On 12/17/2021 11:19, Lawrence Patrick Somerville wrote:
  Hello. In a 64-bit, openSUSE, Leap-15.3, Linux operating system, which is
installed as a so-called "guest" in Virtual "Machine" (VM) in Oracle
(Corporation) VM VirtualBox, which in turn is installed in my so-called
"host," Windows 10 Home Edition operating system, I have gratefully had
success in the playing of a .mp4 (Moving or Motion Picture Experts Group,
audio layer-4) file in
vlc-beta-20211028.5ed8c5c794-pm153.9.1.x86_64.16.1.x86_64 with the Linux
kernel 5.3.18-59.27.1-default. But in
vlc-beta-20211104.b9e50b090c-pm153.10.1.16.1.x86_64 I had only the audio
signals and not the video signals in the playing of that video.

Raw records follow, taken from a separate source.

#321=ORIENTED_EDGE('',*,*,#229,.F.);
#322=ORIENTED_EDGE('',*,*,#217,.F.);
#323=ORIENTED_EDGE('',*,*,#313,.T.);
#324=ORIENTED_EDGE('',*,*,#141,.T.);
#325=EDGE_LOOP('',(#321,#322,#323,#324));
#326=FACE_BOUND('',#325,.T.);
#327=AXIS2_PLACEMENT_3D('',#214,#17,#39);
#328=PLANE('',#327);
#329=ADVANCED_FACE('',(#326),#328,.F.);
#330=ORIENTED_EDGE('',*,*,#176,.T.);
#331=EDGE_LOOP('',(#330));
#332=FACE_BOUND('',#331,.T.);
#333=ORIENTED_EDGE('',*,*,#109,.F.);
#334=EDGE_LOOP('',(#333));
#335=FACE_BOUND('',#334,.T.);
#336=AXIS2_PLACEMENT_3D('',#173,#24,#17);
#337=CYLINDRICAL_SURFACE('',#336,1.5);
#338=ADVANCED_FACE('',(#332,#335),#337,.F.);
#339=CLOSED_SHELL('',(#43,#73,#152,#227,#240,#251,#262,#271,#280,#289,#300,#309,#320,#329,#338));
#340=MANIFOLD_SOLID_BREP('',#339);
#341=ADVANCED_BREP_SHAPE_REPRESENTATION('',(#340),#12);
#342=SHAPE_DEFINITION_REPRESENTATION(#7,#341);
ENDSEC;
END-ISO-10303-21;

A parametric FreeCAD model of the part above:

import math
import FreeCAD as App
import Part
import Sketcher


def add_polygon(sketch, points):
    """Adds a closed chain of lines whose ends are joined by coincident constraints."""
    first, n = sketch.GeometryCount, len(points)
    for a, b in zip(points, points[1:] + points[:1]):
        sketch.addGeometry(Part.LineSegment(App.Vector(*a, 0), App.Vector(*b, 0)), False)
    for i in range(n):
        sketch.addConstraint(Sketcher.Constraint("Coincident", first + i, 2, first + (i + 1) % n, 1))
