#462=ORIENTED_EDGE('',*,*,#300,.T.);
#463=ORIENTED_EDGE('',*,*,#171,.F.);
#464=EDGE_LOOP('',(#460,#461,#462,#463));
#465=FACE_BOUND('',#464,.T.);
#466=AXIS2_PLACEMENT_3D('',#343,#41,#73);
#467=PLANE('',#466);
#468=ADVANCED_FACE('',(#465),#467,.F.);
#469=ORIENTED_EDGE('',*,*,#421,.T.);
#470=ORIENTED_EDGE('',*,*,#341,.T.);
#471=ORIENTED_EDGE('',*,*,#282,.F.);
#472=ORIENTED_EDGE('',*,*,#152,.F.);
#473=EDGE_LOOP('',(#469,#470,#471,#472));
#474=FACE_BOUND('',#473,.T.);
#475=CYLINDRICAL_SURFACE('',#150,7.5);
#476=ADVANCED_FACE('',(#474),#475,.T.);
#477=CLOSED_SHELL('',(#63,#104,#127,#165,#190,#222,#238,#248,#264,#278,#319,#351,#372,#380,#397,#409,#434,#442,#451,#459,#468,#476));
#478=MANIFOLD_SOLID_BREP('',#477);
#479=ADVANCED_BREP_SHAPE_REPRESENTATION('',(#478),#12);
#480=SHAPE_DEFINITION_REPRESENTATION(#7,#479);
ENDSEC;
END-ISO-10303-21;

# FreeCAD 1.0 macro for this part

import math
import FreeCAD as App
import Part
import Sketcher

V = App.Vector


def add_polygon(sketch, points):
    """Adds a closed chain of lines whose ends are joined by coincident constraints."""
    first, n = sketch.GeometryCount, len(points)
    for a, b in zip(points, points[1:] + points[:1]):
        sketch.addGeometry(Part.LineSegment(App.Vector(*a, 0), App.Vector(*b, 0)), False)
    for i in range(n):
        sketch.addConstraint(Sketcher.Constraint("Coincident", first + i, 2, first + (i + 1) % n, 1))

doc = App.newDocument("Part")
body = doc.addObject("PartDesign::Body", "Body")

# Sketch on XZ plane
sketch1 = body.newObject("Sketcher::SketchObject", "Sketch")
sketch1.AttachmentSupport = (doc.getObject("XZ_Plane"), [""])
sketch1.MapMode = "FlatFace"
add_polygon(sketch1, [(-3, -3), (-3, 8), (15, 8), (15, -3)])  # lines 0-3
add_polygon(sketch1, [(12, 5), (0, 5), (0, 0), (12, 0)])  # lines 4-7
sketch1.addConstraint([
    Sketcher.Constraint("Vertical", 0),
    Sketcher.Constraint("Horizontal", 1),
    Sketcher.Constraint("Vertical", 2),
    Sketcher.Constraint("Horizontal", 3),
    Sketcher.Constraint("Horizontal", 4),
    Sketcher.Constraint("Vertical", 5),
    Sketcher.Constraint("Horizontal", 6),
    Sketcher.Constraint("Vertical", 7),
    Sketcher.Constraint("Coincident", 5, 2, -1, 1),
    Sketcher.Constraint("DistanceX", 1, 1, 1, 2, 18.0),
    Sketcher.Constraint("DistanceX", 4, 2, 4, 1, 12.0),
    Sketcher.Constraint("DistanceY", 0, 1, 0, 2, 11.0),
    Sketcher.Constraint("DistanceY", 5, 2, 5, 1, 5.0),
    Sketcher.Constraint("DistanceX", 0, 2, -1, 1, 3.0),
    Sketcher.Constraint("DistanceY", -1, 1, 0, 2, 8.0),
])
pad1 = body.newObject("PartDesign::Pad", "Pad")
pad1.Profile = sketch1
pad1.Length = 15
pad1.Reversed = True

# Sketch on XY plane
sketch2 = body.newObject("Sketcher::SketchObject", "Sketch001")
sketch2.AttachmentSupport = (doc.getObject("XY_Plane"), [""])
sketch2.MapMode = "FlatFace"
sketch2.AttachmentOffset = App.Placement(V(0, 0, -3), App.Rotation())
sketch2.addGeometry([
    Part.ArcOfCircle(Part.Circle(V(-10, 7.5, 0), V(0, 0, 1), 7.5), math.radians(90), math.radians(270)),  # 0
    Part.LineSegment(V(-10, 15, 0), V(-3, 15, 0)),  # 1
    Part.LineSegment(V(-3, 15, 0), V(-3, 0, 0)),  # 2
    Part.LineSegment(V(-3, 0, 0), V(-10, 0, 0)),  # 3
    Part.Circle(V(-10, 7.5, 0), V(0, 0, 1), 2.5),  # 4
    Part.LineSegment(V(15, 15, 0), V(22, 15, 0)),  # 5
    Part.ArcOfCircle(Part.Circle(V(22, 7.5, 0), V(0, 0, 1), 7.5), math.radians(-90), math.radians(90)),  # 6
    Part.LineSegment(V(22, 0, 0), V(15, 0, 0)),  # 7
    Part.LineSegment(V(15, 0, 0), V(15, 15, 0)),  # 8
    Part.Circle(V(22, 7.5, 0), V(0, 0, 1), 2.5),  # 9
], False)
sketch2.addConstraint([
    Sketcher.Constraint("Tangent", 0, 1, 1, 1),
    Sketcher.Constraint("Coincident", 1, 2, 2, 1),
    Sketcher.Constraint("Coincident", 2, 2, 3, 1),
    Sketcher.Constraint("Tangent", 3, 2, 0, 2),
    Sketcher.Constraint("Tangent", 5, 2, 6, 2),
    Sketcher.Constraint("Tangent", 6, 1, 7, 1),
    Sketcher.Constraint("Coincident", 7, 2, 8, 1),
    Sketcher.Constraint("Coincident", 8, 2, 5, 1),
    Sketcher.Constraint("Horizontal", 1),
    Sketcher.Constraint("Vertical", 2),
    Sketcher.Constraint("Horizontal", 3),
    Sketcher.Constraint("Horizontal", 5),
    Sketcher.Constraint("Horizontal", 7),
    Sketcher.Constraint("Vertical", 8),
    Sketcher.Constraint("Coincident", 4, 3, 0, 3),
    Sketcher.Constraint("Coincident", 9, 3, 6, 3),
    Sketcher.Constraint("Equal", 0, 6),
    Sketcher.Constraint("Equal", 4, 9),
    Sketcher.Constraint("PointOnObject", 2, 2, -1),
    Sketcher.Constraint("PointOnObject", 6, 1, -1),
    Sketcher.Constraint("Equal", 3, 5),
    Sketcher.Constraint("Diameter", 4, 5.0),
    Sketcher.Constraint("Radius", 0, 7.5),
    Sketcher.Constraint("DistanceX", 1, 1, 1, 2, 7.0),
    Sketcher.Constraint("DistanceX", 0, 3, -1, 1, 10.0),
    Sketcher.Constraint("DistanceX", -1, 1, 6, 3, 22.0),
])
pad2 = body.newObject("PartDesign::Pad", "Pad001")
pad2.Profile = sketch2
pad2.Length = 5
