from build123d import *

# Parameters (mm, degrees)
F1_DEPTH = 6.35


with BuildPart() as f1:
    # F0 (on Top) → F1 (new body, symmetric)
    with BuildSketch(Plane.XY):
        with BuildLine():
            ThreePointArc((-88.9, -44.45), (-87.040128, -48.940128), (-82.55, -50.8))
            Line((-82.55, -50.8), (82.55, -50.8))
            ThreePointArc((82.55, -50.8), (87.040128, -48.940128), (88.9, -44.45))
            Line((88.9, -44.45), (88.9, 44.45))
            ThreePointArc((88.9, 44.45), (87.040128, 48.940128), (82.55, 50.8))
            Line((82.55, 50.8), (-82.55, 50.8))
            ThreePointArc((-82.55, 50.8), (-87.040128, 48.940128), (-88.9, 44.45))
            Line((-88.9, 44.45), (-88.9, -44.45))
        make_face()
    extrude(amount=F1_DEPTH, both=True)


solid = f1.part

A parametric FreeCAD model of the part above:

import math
import FreeCAD as App
import Part
import Sketcher
Q = App.Units.Quantity

doc = App.newDocument("Part")
params = doc.addObject("Spreadsheet::Sheet", "Params")
for row, (alias, value) in enumerate([
    ("sketch1_radius", "0.25 in"),
    ("sketch1_width", "6.5 in"),
    ("sketch1_height", "3.5 in"),
    ("pad1_length", "0.5 in"),
], start=1):
    params.set(f"A{row}", alias)
    params.set(f"B{row}", "=" + value)
    params.setAlias(f"B{row}", alias)

body = doc.addObject("PartDesign::Body", "Body")

# Sketch on XY plane
sketch1 = body.newObject("Sketcher::SketchObject", "Sketch")
sketch1.AttachmentSupport = (doc.getObject("XY_Plane"), [""])
sketch1.MapMode = "FlatFace"
sketch1.addGeometry(Part.ArcOfCircle(Part.Circle(App.Vector(-82.55, -44.45, 0), App.Vector(0, 0, 1), 6.35), math.radians(-179.999998), math.radians(-90.000002)), False)
sketch1.addGeometry(Part.LineSegment(App.Vector(-82.55, -50.8, 0), App.Vector(82.55, -50.8, 0)), False)
sketch1.addGeometry(Part.ArcOfCircle(Part.Circle(App.Vector(82.55, -44.45, 0), App.Vector(0, 0, 1), 6.35), math.radians(-89.999998), math.radians(-0.000002)), False)
sketch1.addGeometry(Part.LineSegment(App.Vector(88.9, -44.45, 0), App.Vector(88.9, 44.45, 0)), False)
sketch1.addGeometry(Part.ArcOfCircle(Part.Circle(App.Vector(82.55, 44.45, 0), App.Vector(0, 0, 1), 6.35), math.radians(0.000002), math.radians(89.999998)), False)
sketch1.addGeometry(Part.LineSegment(App.Vector(82.55, 50.8, 0), App.Vector(-82.55, 50.8, 0)), False)
sketch1.addGeometry(Part.ArcOfCircle(Part.Circle(App.Vector(-82.55, 44.45, 0), App.Vector(0, 0, 1), 6.35), math.radians(90.000002), math.radians(179.999998)), False)
sketch1.addGeometry(Part.LineSegment(App.Vector(-88.9, 44.45, 0), App.Vector(-88.9, -44.45, 0)), False)
sketch1.addConstraint(Sketcher.Constraint("Tangent", 0, 2, 1, 1))
sketch1.addConstraint(Sketcher.Constraint("Tangent", 1, 2, 2, 1))
sketch1.addConstraint(Sketcher.Constraint("Tangent", 2, 2, 3, 1))
sketch1.addConstraint(Sketcher.Constraint("Tangent", 3, 2, 4, 1))
sketch1.addConstraint(Sketcher.Constraint("Tangent", 4, 2, 5, 1))
sketch1.addConstraint(Sketcher.Constraint("Tangent", 5, 2, 6, 1))
sketch1.addConstraint(Sketcher.Constraint("Tangent", 6, 2, 7, 1))
sketch1.addConstraint(Sketcher.Constraint("Tangent", 7, 2, 0, 1))
sketch1.addConstraint(Sketcher.Constraint("Horizontal", 1))
sketch1.addConstraint(Sketcher.Constraint("Vertical", 3))
sketch1.addConstraint(Sketcher.Constraint("Horizontal", 5))
sketch1.addConstraint(Sketcher.Constraint("Vertical", 7))
sketch1.addConstraint(Sketcher.Constraint("Equal", 0, 2))
sketch1.addConstraint(Sketcher.Constraint("Equal", 2, 4))
sketch1.addConstraint(Sketcher.Constraint("Equal", 4, 6))
sketch1.addConstraint(Sketcher.Constraint("Symmetric", 0, 3, 4, 3, -1, 1))
sketch1.addConstraint(Sketcher.Constraint("Radius", 0, Q("0.25 in")))
sketch1.addConstraint(Sketcher.Constraint("DistanceX", 1, 1, 1, 2, Q("6.5 in")))
sketch1.addConstraint(Sketcher.Constraint("DistanceY", 3, 1, 3, 2, Q("3.5 in")))
sketch1.setExpression("Constraints[16]", "Params.sketch1_radius")
sketch1.setExpression("Constraints[17]", "Params.sketch1_width")
sketch1.setExpression("Constraints[18]", "Params.sketch1_height")
pad1 = body.newObject("PartDesign::Pad", "Pad")
pad1.Profile = sketch1
pad1.setExpression("Length", "Params.pad1_length")
pad1.Midplane = True

doc.recompute()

And later
in vlc-beta-20211210.736213df13-pm153.17.1.x86_64 with the Linux kernel
5.3.18-59.37.2-default I attempted to open vlc-beta, or the Video Local
Area Network (LAN) Client (VLC) multimedia player (VLC) by double-clicking
on a desktop shortcut for it, but saw its main window only for a very brief
period of time, accompanied probably a short time later with the message
"Segmentation fault (core dumped)"; so I could not even attempt to play
that .mp4 file normally with this version of vlc-beta when using its
probably default, Qt interface.

Do you really need a beta version of VLC to play an MP4? Is there some reason you can't just use the stable version (3.0.16)? I would expect the beta to not work at times, including having segmentation faults.